In 2021, I acquired a single albumen print (not a stereo card) of the three prisoners. Made from the original, un-cropped negative, it revealed details at the edges of the plate. Thus began an on-and-off research project that results in this story.
While I have not learned who these soldiers were, I uncovered a key piece of evidence that may explain why these Confederates wandered into the lens of history. This information challenged assumptions I had about these soldiers and how I look at this photograph today.
Researching photographs of Civil War soldiers has been a passion since I began collecting them in the late 1970s. Time and patience, and trial and error, have led to exciting and successful identifications and some sobering disappointments. One critical component of my research methodology is to take the image in front of you at face value when identifying the subject in an image. Is the uniform correct? Does the age of the soldier correspond to the subject? Can you confirm eye color with enlistment data?
In his groundbreaking work, Gettysburg: A Journey in Time, William A. Frassanito used geographic contours, along with existent rocks and buildings to align Brady’s 1863 photographs to contemporary locations. Frassanito discovered through this method that the three prisoners were photographed just feet from the door of the Lutheran Seminary.
For this study, I accepted Frassanito’s conclusion about the location. I approached this photograph assuming the three individuals, while clearly posed, were photographed as we see them on the Seminary grounds.
Making the case for prisoners detailed on other duties
Most of the 5,000-plus Confederates captured at Gettysburg were moved north to prisoner of war camps as rapidly as U.S. military personnel could process them. However, several hundred stayed put and were employed in work and burial details, or as nurses at the various hospitals in Gettysburg.

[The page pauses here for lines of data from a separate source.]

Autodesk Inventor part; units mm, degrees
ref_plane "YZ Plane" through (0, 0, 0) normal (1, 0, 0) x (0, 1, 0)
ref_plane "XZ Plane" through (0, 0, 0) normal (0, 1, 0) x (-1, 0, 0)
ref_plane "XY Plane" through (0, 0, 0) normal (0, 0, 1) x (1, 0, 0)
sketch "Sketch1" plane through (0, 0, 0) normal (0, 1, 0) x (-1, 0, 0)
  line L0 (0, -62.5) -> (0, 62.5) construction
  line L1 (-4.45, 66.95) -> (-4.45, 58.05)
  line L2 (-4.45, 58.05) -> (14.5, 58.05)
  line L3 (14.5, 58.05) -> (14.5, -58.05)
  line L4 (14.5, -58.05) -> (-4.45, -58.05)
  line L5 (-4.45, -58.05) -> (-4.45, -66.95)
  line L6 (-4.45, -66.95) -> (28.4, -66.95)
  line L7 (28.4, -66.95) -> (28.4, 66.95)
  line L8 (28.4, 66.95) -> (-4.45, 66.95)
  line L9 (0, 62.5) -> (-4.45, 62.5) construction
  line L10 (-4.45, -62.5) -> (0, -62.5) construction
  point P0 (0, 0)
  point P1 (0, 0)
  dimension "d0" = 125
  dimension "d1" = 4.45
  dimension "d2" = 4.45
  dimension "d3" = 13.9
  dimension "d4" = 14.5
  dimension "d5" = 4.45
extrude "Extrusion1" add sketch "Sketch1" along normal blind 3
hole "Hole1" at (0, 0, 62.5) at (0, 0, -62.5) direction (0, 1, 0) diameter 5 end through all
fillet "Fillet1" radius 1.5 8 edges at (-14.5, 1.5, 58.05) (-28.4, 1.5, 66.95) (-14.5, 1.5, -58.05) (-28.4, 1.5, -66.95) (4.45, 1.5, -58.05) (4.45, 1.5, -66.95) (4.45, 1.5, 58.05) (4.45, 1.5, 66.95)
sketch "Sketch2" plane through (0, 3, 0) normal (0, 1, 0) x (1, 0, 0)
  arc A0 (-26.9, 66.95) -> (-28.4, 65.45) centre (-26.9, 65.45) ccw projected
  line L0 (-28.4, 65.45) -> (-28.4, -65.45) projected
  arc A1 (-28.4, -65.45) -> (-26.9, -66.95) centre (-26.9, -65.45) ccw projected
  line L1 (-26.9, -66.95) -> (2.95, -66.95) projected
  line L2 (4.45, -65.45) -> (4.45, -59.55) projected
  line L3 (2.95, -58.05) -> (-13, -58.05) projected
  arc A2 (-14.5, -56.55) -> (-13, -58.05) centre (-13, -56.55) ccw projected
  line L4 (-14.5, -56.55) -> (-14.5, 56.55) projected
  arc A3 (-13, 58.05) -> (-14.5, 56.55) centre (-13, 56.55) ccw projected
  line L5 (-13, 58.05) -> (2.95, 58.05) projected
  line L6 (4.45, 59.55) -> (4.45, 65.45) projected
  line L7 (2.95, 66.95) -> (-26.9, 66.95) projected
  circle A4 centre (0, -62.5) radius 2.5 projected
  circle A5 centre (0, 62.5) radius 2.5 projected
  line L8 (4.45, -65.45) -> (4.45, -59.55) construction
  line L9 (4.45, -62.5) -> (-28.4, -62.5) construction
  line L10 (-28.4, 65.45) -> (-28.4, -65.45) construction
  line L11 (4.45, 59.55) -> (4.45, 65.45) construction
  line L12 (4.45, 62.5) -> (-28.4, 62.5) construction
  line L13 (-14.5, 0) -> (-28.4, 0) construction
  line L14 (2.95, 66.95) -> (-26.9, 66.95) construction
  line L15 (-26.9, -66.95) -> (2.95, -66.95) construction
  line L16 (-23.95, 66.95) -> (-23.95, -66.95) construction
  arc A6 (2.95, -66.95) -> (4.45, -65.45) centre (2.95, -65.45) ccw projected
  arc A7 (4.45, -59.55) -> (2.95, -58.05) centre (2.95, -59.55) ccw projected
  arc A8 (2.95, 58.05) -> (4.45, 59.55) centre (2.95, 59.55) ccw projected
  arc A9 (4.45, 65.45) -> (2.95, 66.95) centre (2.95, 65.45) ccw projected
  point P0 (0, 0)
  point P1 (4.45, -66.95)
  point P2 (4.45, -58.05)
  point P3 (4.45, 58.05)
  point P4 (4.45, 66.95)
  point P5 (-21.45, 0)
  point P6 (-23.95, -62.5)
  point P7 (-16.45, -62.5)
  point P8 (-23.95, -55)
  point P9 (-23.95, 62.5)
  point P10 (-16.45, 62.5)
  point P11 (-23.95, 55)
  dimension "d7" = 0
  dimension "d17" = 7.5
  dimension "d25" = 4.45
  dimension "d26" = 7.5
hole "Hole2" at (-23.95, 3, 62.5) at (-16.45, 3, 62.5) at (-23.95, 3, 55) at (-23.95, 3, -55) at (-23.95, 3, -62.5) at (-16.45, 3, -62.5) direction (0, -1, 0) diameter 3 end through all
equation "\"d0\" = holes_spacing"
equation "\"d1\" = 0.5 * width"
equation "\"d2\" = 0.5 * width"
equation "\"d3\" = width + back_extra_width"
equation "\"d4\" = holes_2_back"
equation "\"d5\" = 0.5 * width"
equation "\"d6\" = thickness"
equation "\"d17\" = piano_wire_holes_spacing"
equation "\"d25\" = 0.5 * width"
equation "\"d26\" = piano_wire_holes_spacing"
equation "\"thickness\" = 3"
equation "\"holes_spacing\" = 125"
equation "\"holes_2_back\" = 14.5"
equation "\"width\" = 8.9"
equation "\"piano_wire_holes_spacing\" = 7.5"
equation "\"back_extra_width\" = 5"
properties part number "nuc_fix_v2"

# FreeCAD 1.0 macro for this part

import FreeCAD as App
import Part
import Sketcher
from FreeCAD import Vector


def edges_at(feature, points):
    """Names of the edges that pass closest to the given points."""
    edges = feature.Shape.Edges
    near = lambda p: min(range(len(edges)), key=lambda i: edges[i].distToShape(Part.Vertex(*p))[0])
    return sorted({f"Edge{near(p) + 1}" for p in points})


def add_polygon(sketch, points):
    """Adds a closed chain of lines whose ends are joined by coincident constraints."""
    first, n = sketch.GeometryCount, len(points)
    for a, b in zip(points, points[1:] + points[:1]):
        sketch.addGeometry(Part.LineSegment(App.Vector(*a, 0), App.Vector(*b, 0)), False)
    for i in range(n):
        sketch.addConstraint(Sketcher.Constraint("Coincident", first + i, 2, first + (i + 1) % n, 1))

doc = App.newDocument("Part")
params = doc.addObject("Spreadsheet::Sheet", "Params")
for row, (alias, value) in enumerate([
    ("sketch1_height", "8.9 mm"),
    ("pad1_length", "3 mm"),
    ("sketch2_diameter", "5 mm"),
    ("hole_diameter", "5 mm"),
    ("fillet_radius", "1.5 mm"),
    ("sketch3_diameter", "3 mm"),
    ("hole2_diameter", "3 mm"),
], start=1):
    params.set(f"A{row}", alias)
    params.set(f"B{row}", "=" + value)
    params.setAlias(f"B{row}", alias)

body = doc.addObject("PartDesign::Body", "Body")

sketch1 = doc.addObject("Sketcher::SketchObject", "Sketch")
body.addObject(sketch1)
sketch1.AttachmentSupport = (doc.XZ_Plane, [""])
sketch1.MapMode = "FlatFace"
add_polygon(sketch1, [(-28, 67), (4, 67), (4, 58), (-14, 58), (-14, -58), (4, -58), (4, -67), (-28, -67)])
sketch1.addConstraint([
    Sketcher.Constraint("Horizontal", 0),
    Sketcher.Constraint("Vertical", 1),
    Sketcher.Constraint("Horizontal", 2),
    Sketcher.Constraint("Vertical", 3),
    Sketcher.Constraint("Horizontal", 4),
    Sketcher.Constraint("Vertical", 5),
    Sketcher.Constraint("Horizontal", 6),
    Sketcher.Constraint("Vertical", 7),
    Sketcher.Constraint("Symmetric", 1, 2, 4, 2, -1),
    Sketcher.Constraint("Equal", 1, 5),
    Sketcher.Constraint("DistanceY", 3, 2, 0, 2, 125.0),
    Sketcher.Constraint("DistanceX", 2, 2, -1, 1, 14.5),
    Sketcher.Constraint("DistanceX", 6, 2, 3, 2, 13.9),
    Sketcher.Constraint("DistanceX", -1, 1, 0, 2, 4.45),
    Sketcher.Constraint("DistanceY", 1, 2, 1, 1, 8.9),
])
sketch1.setExpression("Constraints[22]", "Params.sketch1_height")
pad1 = doc.addObject("PartDesign::Pad", "Pad")
body.addObject(pad1)
pad1.Profile = sketch1
pad1.setExpression("Length", "Params.pad1_length")
pad1.Reversed = True

sketch2 = doc.addObject("Sketcher::SketchObject", "Sketch001")
body.addObject(sketch2)
sketch2.AttachmentSupport = (doc.XZ_Plane, [""])
sketch2.MapMode = "FlatFace"
sketch2.addGeometry([
    Part.Circle(Vector(0, 62.5, 0), Vector(0, 0, 1), 2.5),
    Part.Circle(Vector(0, -62.5, 0), Vector(0, 0, 1), 2.5),
], False)
sketch2.addConstraint([
    Sketcher.Constraint("Equal", 0, 1),
    Sketcher.Constraint("Symmetric", 0, 3, 1, 3, -1, 1),
    Sketcher.Constraint("PointOnObject", 0, 3, -2),
    Sketcher.Constraint("Diameter", 0, 5.0),
    Sketcher.Constraint("DistanceY", 1, 3, 0, 3, 125.0),
])
sketch2.setExpression("Constraints[3]", "Params.sketch2_diameter")
doc.recompute()
hole = doc.addObject("PartDesign::Hole", "Hole")
body.addObject(hole)
hole.Profile = sketch2
hole.ThreadType = "None"
hole.setExpression("Diameter", "Params.hole_diameter")
hole.DepthType = "ThroughAll"
doc.recompute()

fillet = doc.addObject("PartDesign::Fillet", "Fillet")
body.addObject(fillet)
fillet.Base = (hole, edges_at(hole, [
    (-14.5, 1.5, 58.05),
    (-28.4, 1.5, 66.95),
    (-14.5, 1.5, -58.05),
    (-28.4, 1.5, -66.95),
    (4.45, 1.5, -58.05),
    (4.45, 1.5, -66.95),
    (4.45, 1.5, 58.05),
    (4.45, 1.5, 66.95),
]))
fillet.setExpression("Radius", "Params.fillet_radius")

sketch3 = doc.addObject("Sketcher::SketchObject", "Sketch002")
body.addObject(sketch3)
sketch3.AttachmentSupport = (doc.XZ_Plane, [""])
sketch3.MapMode = "FlatFace"
sketch3.AttachmentOffset = App.Placement(Vector(0, 0, -3), App.Rotation())
sketch3.addGeometry([
    Part.Circle(Vector(-23.9, 62.5, 0), Vector(0, 0, 1), 1.5),
    Part.Circle(Vector(-16.4, 62.5, 0), Vector(0, 0, 1), 1.5),
    Part.Circle(Vector(-23.9, 55, 0), Vector(0, 0, 1), 1.5),
    Part.Circle(Vector(-23.9, -55, 0), Vector(0, 0, 1), 1.5),
    Part.Circle(Vector(-23.9, -62.5, 0), Vector(0, 0, 1), 1.5),
    Part.Circle(Vector(-16.4, -62.5, 0), Vector(0, 0, 1), 1.5),
], False)
sketch3.addConstraint([
    Sketcher.Constraint("Equal", 0, 1),
    Sketcher.Constraint("Equal", 1, 2),
    Sketcher.Constraint("Equal", 2, 3),
    Sketcher.Constraint("Equal", 3, 4),
    Sketcher.Constraint("Equal", 4, 5),
    Sketcher.Constraint("Symmetric", 2, 3, 3, 3, -1),
    Sketcher.Constraint("Symmetric", 0, 3, 4, 3, -1),
    Sketcher.Constraint("Symmetric", 1, 3, 5, 3, -1),
    Sketcher.Constraint("Horizontal", 0, 3, 1, 3),
    Sketcher.Constraint("Vertical", 0, 3, 2, 3),
    Sketcher.Constraint("Diameter", 0, 3.0),
    Sketcher.Constraint("DistanceY", -1, 1, 2, 3, 55.0),
    Sketcher.Constraint("DistanceY", 4, 3, 0, 3, 125.0),
    Sketcher.Constraint("DistanceX", 0, 3, 1, 3, 7.5),
    Sketcher.Constraint("DistanceX", 0, 3, -1, 1, 23.95),
])
sketch3.setExpression("Constraints[10]", "Params.sketch3_diameter")
doc.recompute()
hole2 = doc.addObject("PartDesign::Hole", "Hole001")
body.addObject(hole2)
hole2.Profile = sketch3
hole2.ThreadType = "None"
hole2.setExpression("Diameter", "Params.hole2_diameter")
hole2.DepthType = "ThroughAll"
hole2.Reversed = True

doc.recompute()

The dating of the image of the three prisoners suggests that they were not part of the mass of Confederate prisoners processed immediately after the battle. Frassanito asserts the photograph’s date as July 15. Paul Bolcik, in his Summer 2023 MI cover story “Three Confederate Prisoners at Gettysburg: Exploring the vast void of an iconic photograph,” holds that Brady’s assistants David Woodbury and Anthony Berger could have made the image as early as July 8.
The presence of the three prisoners on the battlefield on either date indicates they were part of this group of several hundred working in some capacity.
Frassanito speculates that the three men were captured after action. However, if these were indeed stragglers captured during mop-up operations, or perhaps deserters, they would likely have been under guard. Frassanito implies that Brady’s team asked the Union guards to step outside the frame of the lens. This explanation asks us to assume about something the image in front of us fails to show.
Would not Brady and his assistants, marketing these photographs to a Northern audience want to show Confederate prisoners under guard, instead of posing on their own?
I believe that as the photographic evidence shows a lack of any soldier guarding these individuals, they were most likely prisoners of war detailed on the battlefield in some capacity. In support of this statement, the wealth of equipment displayed by the three (and carefully inventoried by Bolcik) leads to the inescapable conclusion that they had the opportunity, the time and permission to gather these essential items from the battlefield.
One can assume a Confederate prisoner of war serving on a work detail or as a nurse would have plenty of opportunities to pick over the vast quantity of discarded items left in the wake of the battle. Looking at the uniforms and equipment displayed, I agree with Frassanito, as quoted in Bolcik’s article, that all visual clues related to their uniform and equipment point to the fact that these are enlisted men, not officers or surgeons. That the backpacks, haversacks, canteens, cups and blankets are all strapped on suggests the men are ready to embark on a long journey, perhaps a prisoner of war camp or home.
Examining key documents to find their identities
I decided on a three-pronged plan of attack to find out if they were detailed as nurses:
- Examine the actual roster of nurses at the Seminary Hospital mentioned on the 2017 tour. Perhaps it would reveal an anomaly that would single out three of them and why they left sometime between July 8 and 15.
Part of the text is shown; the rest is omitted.